Share
News

Gloomy Forecasts of 'Super-Spreader' Schools Shot Down by Hard Data

Share

Reopening schools have not become the coronavirus super-spreaders that officials feared, according to Brown University economist Emily Oster.

“It’s now October,” Oster wrote in an Atlantic Op-Ed.

“We are starting to get an evidence-based picture of how school reopenings and remote learning are going … and the evidence is pointing in one direction.
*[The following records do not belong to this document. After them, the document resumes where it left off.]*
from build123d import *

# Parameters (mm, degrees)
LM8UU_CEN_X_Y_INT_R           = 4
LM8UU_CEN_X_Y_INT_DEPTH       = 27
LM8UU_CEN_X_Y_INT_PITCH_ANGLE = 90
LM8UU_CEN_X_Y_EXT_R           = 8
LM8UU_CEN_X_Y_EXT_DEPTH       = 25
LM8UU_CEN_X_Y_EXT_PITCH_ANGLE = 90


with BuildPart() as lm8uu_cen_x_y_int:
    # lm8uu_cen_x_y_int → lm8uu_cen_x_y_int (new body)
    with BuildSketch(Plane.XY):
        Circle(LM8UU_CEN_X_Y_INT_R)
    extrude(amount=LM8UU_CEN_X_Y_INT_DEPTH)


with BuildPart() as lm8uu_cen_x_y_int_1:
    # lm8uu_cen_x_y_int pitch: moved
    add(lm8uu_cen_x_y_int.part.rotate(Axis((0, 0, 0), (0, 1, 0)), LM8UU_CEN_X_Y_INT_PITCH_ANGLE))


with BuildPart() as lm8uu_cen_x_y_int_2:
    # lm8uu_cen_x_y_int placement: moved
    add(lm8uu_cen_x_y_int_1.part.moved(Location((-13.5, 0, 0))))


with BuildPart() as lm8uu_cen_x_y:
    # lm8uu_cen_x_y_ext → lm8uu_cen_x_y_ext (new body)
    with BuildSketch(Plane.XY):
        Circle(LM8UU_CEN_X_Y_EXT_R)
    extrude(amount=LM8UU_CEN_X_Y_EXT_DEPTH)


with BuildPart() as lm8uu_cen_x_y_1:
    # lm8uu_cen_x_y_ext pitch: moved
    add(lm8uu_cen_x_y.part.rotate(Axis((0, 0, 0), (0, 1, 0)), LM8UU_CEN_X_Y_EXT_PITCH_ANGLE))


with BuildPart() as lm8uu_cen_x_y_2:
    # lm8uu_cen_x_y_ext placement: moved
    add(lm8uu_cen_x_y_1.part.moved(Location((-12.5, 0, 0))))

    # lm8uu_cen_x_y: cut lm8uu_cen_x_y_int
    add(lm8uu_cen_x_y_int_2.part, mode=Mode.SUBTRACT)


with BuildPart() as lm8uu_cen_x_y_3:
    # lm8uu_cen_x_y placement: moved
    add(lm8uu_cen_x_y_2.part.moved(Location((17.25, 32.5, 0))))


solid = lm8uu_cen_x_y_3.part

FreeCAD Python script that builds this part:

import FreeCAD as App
import Part
import Sketcher
from FreeCAD import Vector

doc = App.newDocument("Part")
body = doc.addObject("PartDesign::Body", "Body")

# Sketch on XY plane
sketch1 = body.newObject("Sketcher::SketchObject", "Sketch")
sketch1.AttachmentSupport = (doc.getObject("XY_Plane"), [""])
sketch1.MapMode = "FlatFace"
sketch1.addGeometry(Part.Circle(Vector(0, 0, 0), Vector(0, 0, 1), 4), False)
sketch1.addConstraint(Sketcher.Constraint("Coincident", 0, 3, -1, 1))
sketch1.addConstraint(Sketcher.Constraint("Diameter", 0, 8.0))
pad1 = body.newObject("PartDesign::Pad", "Pad")
pad1.Profile = sketch1
pad1.Length = 27
body2 = doc.addObject("PartDesign::Body", "Body001")
doc.recompute()

body.Placement = App.Placement(Vector(0, 0, 0), App.Rotation(Vector(0, 1, 0), 90))
boolean = body2.newObject("PartDesign::Boolean", "Boolean")
boolean.Type = "Fuse"
boolean.addObjects([body])
body3 = doc.addObject("PartDesign::Body", "Body002")
doc.recompute()

body2.Placement = App.Placement(Vector(-13.5, 0, 0), App.Rotation(Vector(0, 0, 1), 0))
boolean2 = body3.newObject("PartDesign::Boolean", "Boolean001")
boolean2.Type = "Fuse"
boolean2.addObjects([body2])
body4 = doc.addObject("PartDesign::Body", "Body003")

# Sketch on XY plane
sketch2 = body4.newObject("Sketcher::SketchObject", "Sketch001")
sketch2.AttachmentSupport = (doc.getObject("XY_Plane003"), [""])
sketch2.MapMode = "FlatFace"
sketch2.addGeometry(Part.Circle(Vector(0, 0, 0), Vector(0, 0, 1), 8), False)
sketch2.addConstraint(Sketcher.Constraint("Coincident", 0, 3, -1, 1))
sketch2.addConstraint(Sketcher.Constraint("Diameter", 0, 16.0))
pad2 = body4.newObject("PartDesign::Pad", "Pad001")
pad2.Profile = sketch2
pad2.Length = 25
body5 = doc.addObject("PartDesign::Body", "Body004")
doc.recompute()

body4.Placement = App.Placement(Vector(0, 0, 0), App.Rotation(Vector(0, 1, 0), 90))
boolean3 = body5.newObject("PartDesign::Boolean", "Boolean002")
boolean3.Type = "Fuse"
boolean3.addObjects([body4])
body6 = doc.addObject("PartDesign::Body", "Body005")
doc.recompute()

body5.Placement = App.Placement(Vector(-12.5, 0, 0), App.Rotation(Vector(0, 0, 1), 0))
boolean4 = body6.newObject("PartDesign::Boolean", "Boolean003")
boolean4.Type = "Fuse"
boolean4.addObjects([body5])
doc.recompute()

boolean5 = body6.newObject("PartDesign::Boolean", "Boolean004")
boolean5.Type = "Cut"
boolean5.addObjects([body3])
body7 = doc.addObject("PartDesign::Body", "Body006")
doc.recompute()

body6.Placement = App.Placement(Vector(17.25, 32.5, 0), App.Rotation(Vector(0, 0, 1), 0))
boolean6 = body7.newObject("PartDesign::Boolean", "Boolean005")
boolean6.Type = "Fuse"
boolean6.addObjects([body6])

doc.recompute()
Schools do not, in fact, appear to be major spreaders of COVID-19.”

Oster wrote that she has been collecting data on 200,000 schoolchildren in 47 states in collaboration with data scientists at the technology company Qualtrics.

This data, which is from the last two weeks of September, found that students had an infection rate of 0.13 percent and staff had an infection rate of 0.24 percent.

Trending:
Watch: Biden Just Had a 'Very Fine People on Both Sides' Moment That Could Cause Him Big Trouble

“That’s about 1.3 infections over two weeks in a school of 1,000 kids, or 2.2 infections over two weeks in a group of 1,000 staff,” Oster wrote.
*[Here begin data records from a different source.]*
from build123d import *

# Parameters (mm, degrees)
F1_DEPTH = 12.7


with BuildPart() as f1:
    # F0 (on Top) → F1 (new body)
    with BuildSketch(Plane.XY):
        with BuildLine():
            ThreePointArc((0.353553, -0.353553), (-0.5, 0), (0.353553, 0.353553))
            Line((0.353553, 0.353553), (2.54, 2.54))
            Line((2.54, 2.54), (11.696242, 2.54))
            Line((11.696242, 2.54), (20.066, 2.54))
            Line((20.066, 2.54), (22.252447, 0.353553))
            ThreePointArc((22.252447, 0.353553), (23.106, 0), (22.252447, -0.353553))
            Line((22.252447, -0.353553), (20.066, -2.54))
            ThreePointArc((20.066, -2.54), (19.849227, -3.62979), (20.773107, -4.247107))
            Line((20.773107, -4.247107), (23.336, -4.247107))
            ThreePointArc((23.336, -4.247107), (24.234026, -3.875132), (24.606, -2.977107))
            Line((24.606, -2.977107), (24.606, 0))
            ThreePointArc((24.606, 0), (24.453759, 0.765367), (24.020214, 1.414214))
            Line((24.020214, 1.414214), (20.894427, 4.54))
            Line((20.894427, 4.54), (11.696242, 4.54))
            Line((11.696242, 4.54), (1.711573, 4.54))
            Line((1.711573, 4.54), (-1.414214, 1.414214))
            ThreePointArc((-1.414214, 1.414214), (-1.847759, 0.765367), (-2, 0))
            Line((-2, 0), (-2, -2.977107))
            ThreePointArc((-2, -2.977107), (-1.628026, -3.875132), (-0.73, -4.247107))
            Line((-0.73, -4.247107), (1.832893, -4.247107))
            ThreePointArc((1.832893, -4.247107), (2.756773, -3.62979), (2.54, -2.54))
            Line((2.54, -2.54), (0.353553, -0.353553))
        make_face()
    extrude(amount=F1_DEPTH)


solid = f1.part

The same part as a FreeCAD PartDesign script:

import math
import FreeCAD as App
import Part
import Sketcher
Q = App.Units.Quantity

doc = App.newDocument("Part")
body = doc.addObject("PartDesign::Body", "Body")

sketch1 = body.newObject("Sketcher::SketchObject", "Sketch")
sketch1.AttachmentSupport = (doc.getObject("XY_Plane"), [""])
sketch1.MapMode = "FlatFace"
sketch1.addGeometry(Part.ArcOfCircle(Part.Circle(App.Vector(0, 0, 0), App.Vector(0, 0, 1), 0.5), math.radians(45), math.radians(315)), False)
sketch1.addGeometry(Part.LineSegment(App.Vector(0.35, 0.35, 0), App.Vector(2.54, 2.54, 0)), False)
sketch1.addGeometry(Part.LineSegment(App.Vector(2.54, 2.54, 0), App.Vector(20.07, 2.54, 0)), False)
sketch1.addGeometry(Part.LineSegment(App.Vector(20.07, 2.54, 0), App.Vector(22.25, 0.35, 0)), False)
sketch1.addGeometry(Part.ArcOfCircle(Part.Circle(App.Vector(22.61, 0, 0), App.Vector(0, 0, 1), 0.5), math.radians(-135), math.radians(135)), False)
sketch1.addGeometry(Part.LineSegment(App.Vector(22.25, -0.35, 0), App.Vector(20.07, -2.54, 0)), False)
sketch1.addGeometry(Part.ArcOfCircle(Part.Circle(App.Vector(20.77, -3.25, 0), App.Vector(0, 0, 1), 1), math.radians(135), math.radians(270)), False)
sketch1.addGeometry(Part.LineSegment(App.Vector(20.77, -4.25, 0), App.Vector(23.34, -4.25, 0)), False)
sketch1.addGeometry(Part.ArcOfCircle(Part.Circle(App.Vector(23.34, -2.98, 0), App.Vector(0, 0, 1), 1.27), math.radians(-90), math.radians(0)), False)
sketch1.addGeometry(Part.LineSegment(App.Vector(24.61, -2.98, 0), App.Vector(24.61, 0, 0)), False)
sketch1.addGeometry(Part.ArcOfCircle(Part.Circle(App.Vector(22.61, 0, 0), App.Vector(0, 0, 1), 2), math.radians(0), math.radians(45)), False)
sketch1.addGeometry(Part.LineSegment(App.Vector(24.02, 1.41, 0), App.Vector(20.89, 4.54, 0)), False)
sketch1.addGeometry(Part.LineSegment(App.Vector(20.89, 4.54, 0), App.Vector(1.71, 4.54, 0)), False)
sketch1.addGeometry(Part.LineSegment(App.Vector(1.71, 4.54, 0), App.Vector(-1.41, 1.41, 0)), False)
sketch1.addGeometry(Part.ArcOfCircle(Part.Circle(App.Vector(0, 0, 0), App.Vector(0, 0, 1), 2), math.radians(135), math.radians(180)), False)
sketch1.addGeometry(Part.LineSegment(App.Vector(-2, 0, 0), App.Vector(-2, -2.98, 0)), False)
sketch1.addGeometry(Part.ArcOfCircle(Part.Circle(App.Vector(-0.73, -2.98, 0), App.Vector(0, 0, 1), 1.27), math.radians(-180), math.radians(-90)), False)
sketch1.addGeometry(Part.LineSegment(App.Vector(-0.73, -4.25, 0), App.Vector(1.83, -4.25, 0)), False)
sketch1.addGeometry(Part.ArcOfCircle(Part.Circle(App.Vector(1.83, -3.25, 0), App.Vector(0, 0, 1), 1), math.radians(-90), math.radians(45)), False)
sketch1.addGeometry(Part.LineSegment(App.Vector(2.54, -2.54, 0), App.Vector(0.35, -0.35, 0)), False)
sketch1.addConstraint(Sketcher.Constraint("Coincident", 0, 1, 1, 1))
sketch1.addConstraint(Sketcher.Constraint("Coincident", 1, 2, 2, 1))
sketch1.addConstraint(Sketcher.Constraint("Coincident", 2, 2, 3, 1))
sketch1.addConstraint(Sketcher.Constraint("Coincident", 3, 2, 4, 2))
sketch1.addConstraint(Sketcher.Constraint("Coincident", 4, 1, 5, 1))
sketch1.addConstraint(Sketcher.Constraint("Tangent", 5, 2, 6, 1))
sketch1.addConstraint(Sketcher.Constraint("Tangent", 6, 2, 7, 1))
sketch1.addConstraint(Sketcher.Constraint("Tangent", 7, 2, 8, 1))
sketch1.addConstraint(Sketcher.Constraint("Tangent", 8, 2, 9, 1))
sketch1.addConstraint(Sketcher.Constraint("Tangent", 9, 2, 10, 1))
sketch1.addConstraint(Sketcher.Constraint("Tangent", 10, 2, 11, 1))
sketch1.addConstraint(Sketcher.Constraint("Coincident", 11, 2, 12, 1))
sketch1.addConstraint(Sketcher.Constraint("Coincident", 12, 2, 13, 1))
sketch1.addConstraint(Sketcher.Constraint("Tangent", 13, 2, 14, 1))
sketch1.addConstraint(Sketcher.Constraint("Tangent", 14, 2, 15, 1))
sketch1.addConstraint(Sketcher.Constraint("Tangent", 15, 2, 16, 1))
sketch1.addConstraint(Sketcher.Constraint("Tangent", 16, 2, 17, 1))
sketch1.addConstraint(Sketcher.Constraint("Tangent", 17, 2, 18, 1))
sketch1.addConstraint(Sketcher.Constraint("Tangent", 18, 2, 19, 1))
sketch1.addConstraint(Sketcher.Constraint("Coincident", 19, 2, 0, 2))
sketch1.addConstraint(Sketcher.Constraint("Horizontal", 2))
sketch1.addConstraint(Sketcher.Constraint("Horizontal", 7))
sketch1.addConstraint(Sketcher.Constraint("Vertical", 9))
sketch1.addConstraint(Sketcher.Constraint("Horizontal", 12))
sketch1.addConstraint(Sketcher.Constraint("Vertical", 15))
sketch1.addConstraint(Sketcher.Constraint("Horizontal", 17))
sketch1.addConstraint(Sketcher.Constraint("Coincident", 0, 3, -1, 1))
sketch1.addConstraint(Sketcher.Constraint("Coincident", 14, 3, -1, 1))
sketch1.addConstraint(Sketcher.Constraint("Coincident", 10, 3, 4, 3))
sketch1.addConstraint(Sketcher.Constraint("Equal", 0, 4))
sketch1.addConstraint(Sketcher.Constraint("Equal", 10, 14))
sketch1.addConstraint(Sketcher.Constraint("Equal", 8, 16))
sketch1.addConstraint(Sketcher.Constraint("Equal", 6, 18))
sketch1.addConstraint(Sketcher.Constraint("Symmetric", 3, 2, 4, 1, -1))
sketch1.addConstraint(Sketcher.Constraint("Symmetric", 2, 2, 5, 2, -1))
sketch1.addConstraint(Sketcher.Constraint("Symmetric", 1, 2, 18, 2, -1))
sketch1.addConstraint(Sketcher.Constraint("Perpendicular", 1, 3))
sketch1.addConstraint(Sketcher.Constraint("Perpendicular", 3, 5))
sketch1.addConstraint(Sketcher.Constraint("Perpendicular", 5, 11))
sketch1.addConstraint(Sketcher.Constraint("Perpendicular", 11, 13))
sketch1.addConstraint(Sketcher.Constraint("Perpendicular", 13, 19))
sketch1.addConstraint(Sketcher.Constraint("Horizontal", 0, 1, 3, 2))
sketch1.addConstraint(Sketcher.Constraint("Radius", 8, Q("0.05 in")))
sketch1.addConstraint(Sketcher.Constraint("DistanceX", 2, 1, 2, 2, Q("0.69 in")))
sketch1.addConstraint(Sketcher.Constraint("DistanceX", -1, 1, 1, 2, Q("0.1 in")))
sketch1.addConstraint(Sketcher.Constraint("DistanceY", -1, 1, 1, 2, Q("0.1 in")))
sketch1.addConstraint(Sketcher.Constraint("Radius", 0, Q("0.5 mm")))
sketch1.addConstraint(Sketcher.Constraint("Radius", 6, Q("1 mm")))
sketch1.addConstraint(Sketcher.Constraint("Radius", 10, Q("2.000004 mm")))
sketch1.addConstraint(Sketcher.Constraint("DistanceY", -1, 1, 11, 2, Q("4.54 mm")))
pad1 = body.newObject("PartDesign::Pad", "Pad")
pad1.Profile = sketch1
pad1.Length = Q("0.5 in")

doc.recompute()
“Even in high-risk areas of the country, the student rates were well under half a percent.”

Oster pointed out that other data show low infection rates as well, with Texas reporting 1,490 student cases out of an estimated 1,080,317 students — a rate of only 0.14 percent. Reported staff cases were at 0.10 percent, she said.

“These numbers are not zero, which for some people means the numbers are not good enough,” she wrote.
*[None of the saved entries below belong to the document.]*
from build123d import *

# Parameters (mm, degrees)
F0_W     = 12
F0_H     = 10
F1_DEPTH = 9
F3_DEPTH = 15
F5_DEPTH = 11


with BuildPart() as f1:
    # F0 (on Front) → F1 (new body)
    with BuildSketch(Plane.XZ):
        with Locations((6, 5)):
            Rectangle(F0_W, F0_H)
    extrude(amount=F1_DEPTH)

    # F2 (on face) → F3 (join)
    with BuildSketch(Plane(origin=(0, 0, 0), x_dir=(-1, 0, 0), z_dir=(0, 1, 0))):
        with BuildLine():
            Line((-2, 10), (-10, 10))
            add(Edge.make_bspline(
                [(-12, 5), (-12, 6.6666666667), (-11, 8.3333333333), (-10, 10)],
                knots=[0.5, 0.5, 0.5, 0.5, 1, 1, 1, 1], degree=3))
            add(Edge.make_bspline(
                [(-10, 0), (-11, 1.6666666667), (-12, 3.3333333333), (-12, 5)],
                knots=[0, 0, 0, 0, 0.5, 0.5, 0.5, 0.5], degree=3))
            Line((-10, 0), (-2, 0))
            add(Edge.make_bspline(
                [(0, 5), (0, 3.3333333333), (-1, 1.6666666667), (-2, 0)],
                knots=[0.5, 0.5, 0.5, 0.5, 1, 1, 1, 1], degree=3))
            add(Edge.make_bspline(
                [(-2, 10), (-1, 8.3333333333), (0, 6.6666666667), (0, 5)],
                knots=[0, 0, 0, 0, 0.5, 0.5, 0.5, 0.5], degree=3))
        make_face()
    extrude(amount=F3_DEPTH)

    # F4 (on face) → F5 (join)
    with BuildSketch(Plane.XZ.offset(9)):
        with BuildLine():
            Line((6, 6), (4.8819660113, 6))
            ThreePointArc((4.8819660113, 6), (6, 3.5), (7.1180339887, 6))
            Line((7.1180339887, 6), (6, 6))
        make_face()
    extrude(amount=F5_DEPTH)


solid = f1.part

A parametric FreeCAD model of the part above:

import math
import FreeCAD as App
import Part
import Sketcher

V = App.Vector
Q = App.Units.Quantity


def add_polygon(sketch, points):
    """Adds a closed chain of lines whose ends are joined by coincident constraints."""
    first, n = sketch.GeometryCount, len(points)
    for a, b in zip(points, points[1:] + points[:1]):
        sketch.addGeometry(Part.LineSegment(App.Vector(*a, 0), App.Vector(*b, 0)), False)
    for i in range(n):
        sketch.addConstraint(Sketcher.Constraint("Coincident", first + i, 2, first + (i + 1) % n, 1))

doc = App.newDocument("Part")
body = doc.addObject("PartDesign::Body", "Body")

sketch1 = body.newObject("Sketcher::SketchObject", "Sketch")
sketch1.AttachmentSupport = (doc.getObject("XZ_Plane"), [""])
sketch1.MapMode = "FlatFace"
add_polygon(sketch1, [(0, 10), (0, 0), (12, 0), (12, 10)])
sketch1.addConstraint([
    Sketcher.Constraint("Vertical", 0),
    Sketcher.Constraint("Horizontal", 1),
    Sketcher.Constraint("Vertical", 2),
    Sketcher.Constraint("Horizontal", 3),
    Sketcher.Constraint("Coincident", 0, 2, -1, 1),
    Sketcher.Constraint("DistanceX", 1, 1, 1, 2, Q("12 mm")),
    Sketcher.Constraint("DistanceY", 0, 2, 0, 1, Q("10 mm")),
])
pad1 = body.newObject("PartDesign::Pad", "Pad")
pad1.Profile = sketch1
pad1.Length = 9

sketch2 = body.newObject("Sketcher::SketchObject", "Sketch001")
sketch2.AttachmentSupport = (doc.getObject("XZ_Plane"), [""])
sketch2.MapMode = "FlatFace"
sketch2.addGeometry([
    Part.LineSegment(V(2, 10, 0), V(10, 10, 0)),
    Part.BSplineCurve([V(10, 0, 0), V(11, 1.666667, 0), V(13, 5, 0), V(11, 8.333333, 0), V(10, 10, 0)], [4, 1, 4], [0, 0.5, 1], False, 3, [1, 1, 1, 1, 1], False),
    Part.LineSegment(V(10, 0, 0), V(2, 0, 0)),
    Part.BSplineCurve([V(2, 10, 0), V(1, 8.333333, 0), V(-1, 5, 0), V(1, 1.666667, 0), V(2, 0, 0)], [4, 1, 4], [0, 0.5, 1], False, 3, [1, 1, 1, 1, 1], False),
], False)
sketch2.addConstraint([
    Sketcher.Constraint("Block", 1),
    Sketcher.Constraint("Block", 3),
    Sketcher.Constraint("Coincident", 0, 2, 1, 2),
    Sketcher.Constraint("Coincident", 1, 1, 2, 1),
    Sketcher.Constraint("Coincident", 2, 2, 3, 2),
    Sketcher.Constraint("Coincident", 3, 1, 0, 1),
])
pad2 = body.newObject("PartDesign::Pad", "Pad001")
pad2.Profile = sketch2
pad2.Length = 15
pad2.Reversed = True

sketch3 = body.newObject("Sketcher::SketchObject", "Sketch002")
sketch3.AttachmentSupport = (doc.getObject("XZ_Plane"), [""])
sketch3.MapMode = "FlatFace"
sketch3.AttachmentOffset = App.Placement(V(0, 0, 9), App.Rotation())
sketch3.addGeometry([
    Part.ArcOfCircle(Part.Circle(V(6, 5, 0), V(0, 0, 1), 1.5), math.radians(138), math.radians(402)),
    Part.LineSegment(V(7.1, 6, 0), V(4.9, 6, 0)),
], False)
sketch3.addConstraint([
    Sketcher.Constraint("Coincident", 0, 1, 1, 2),
    Sketcher.Constraint("Coincident", 1, 1, 0, 2),
    Sketcher.Constraint("Horizontal", 1),
    Sketcher.Constraint("Radius", 0, Q("1.5 mm")),
    Sketcher.Constraint("DistanceX", -1, 1, 0, 3, Q("6 mm")),
    Sketcher.Constraint("DistanceY", -1, 1, 0, 3, Q("5 mm")),
    Sketcher.Constraint("DistanceY", -1, 1, 0, 1, Q("6 mm")),
])
pad3 = body.newObject("PartDesign::Pad", "Pad002")
pad3.Profile = sketch3
pad3.Length = 11

doc.recompute()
“But zero was never a realistic expectation. We know that children can get COVID-19, even if they do tend to have less serious cases. Even if there were no spread in schools, we’d see some cases, because students and teachers can contract the disease off campus. But the numbers are small — smaller than what many had [forecast].”

“One might argue, again, that any risk is too great, and that schools must be completely safe before local governments move to reopen them,” she continued, adding that this “approach ignores the enormous costs to children from closed schools.”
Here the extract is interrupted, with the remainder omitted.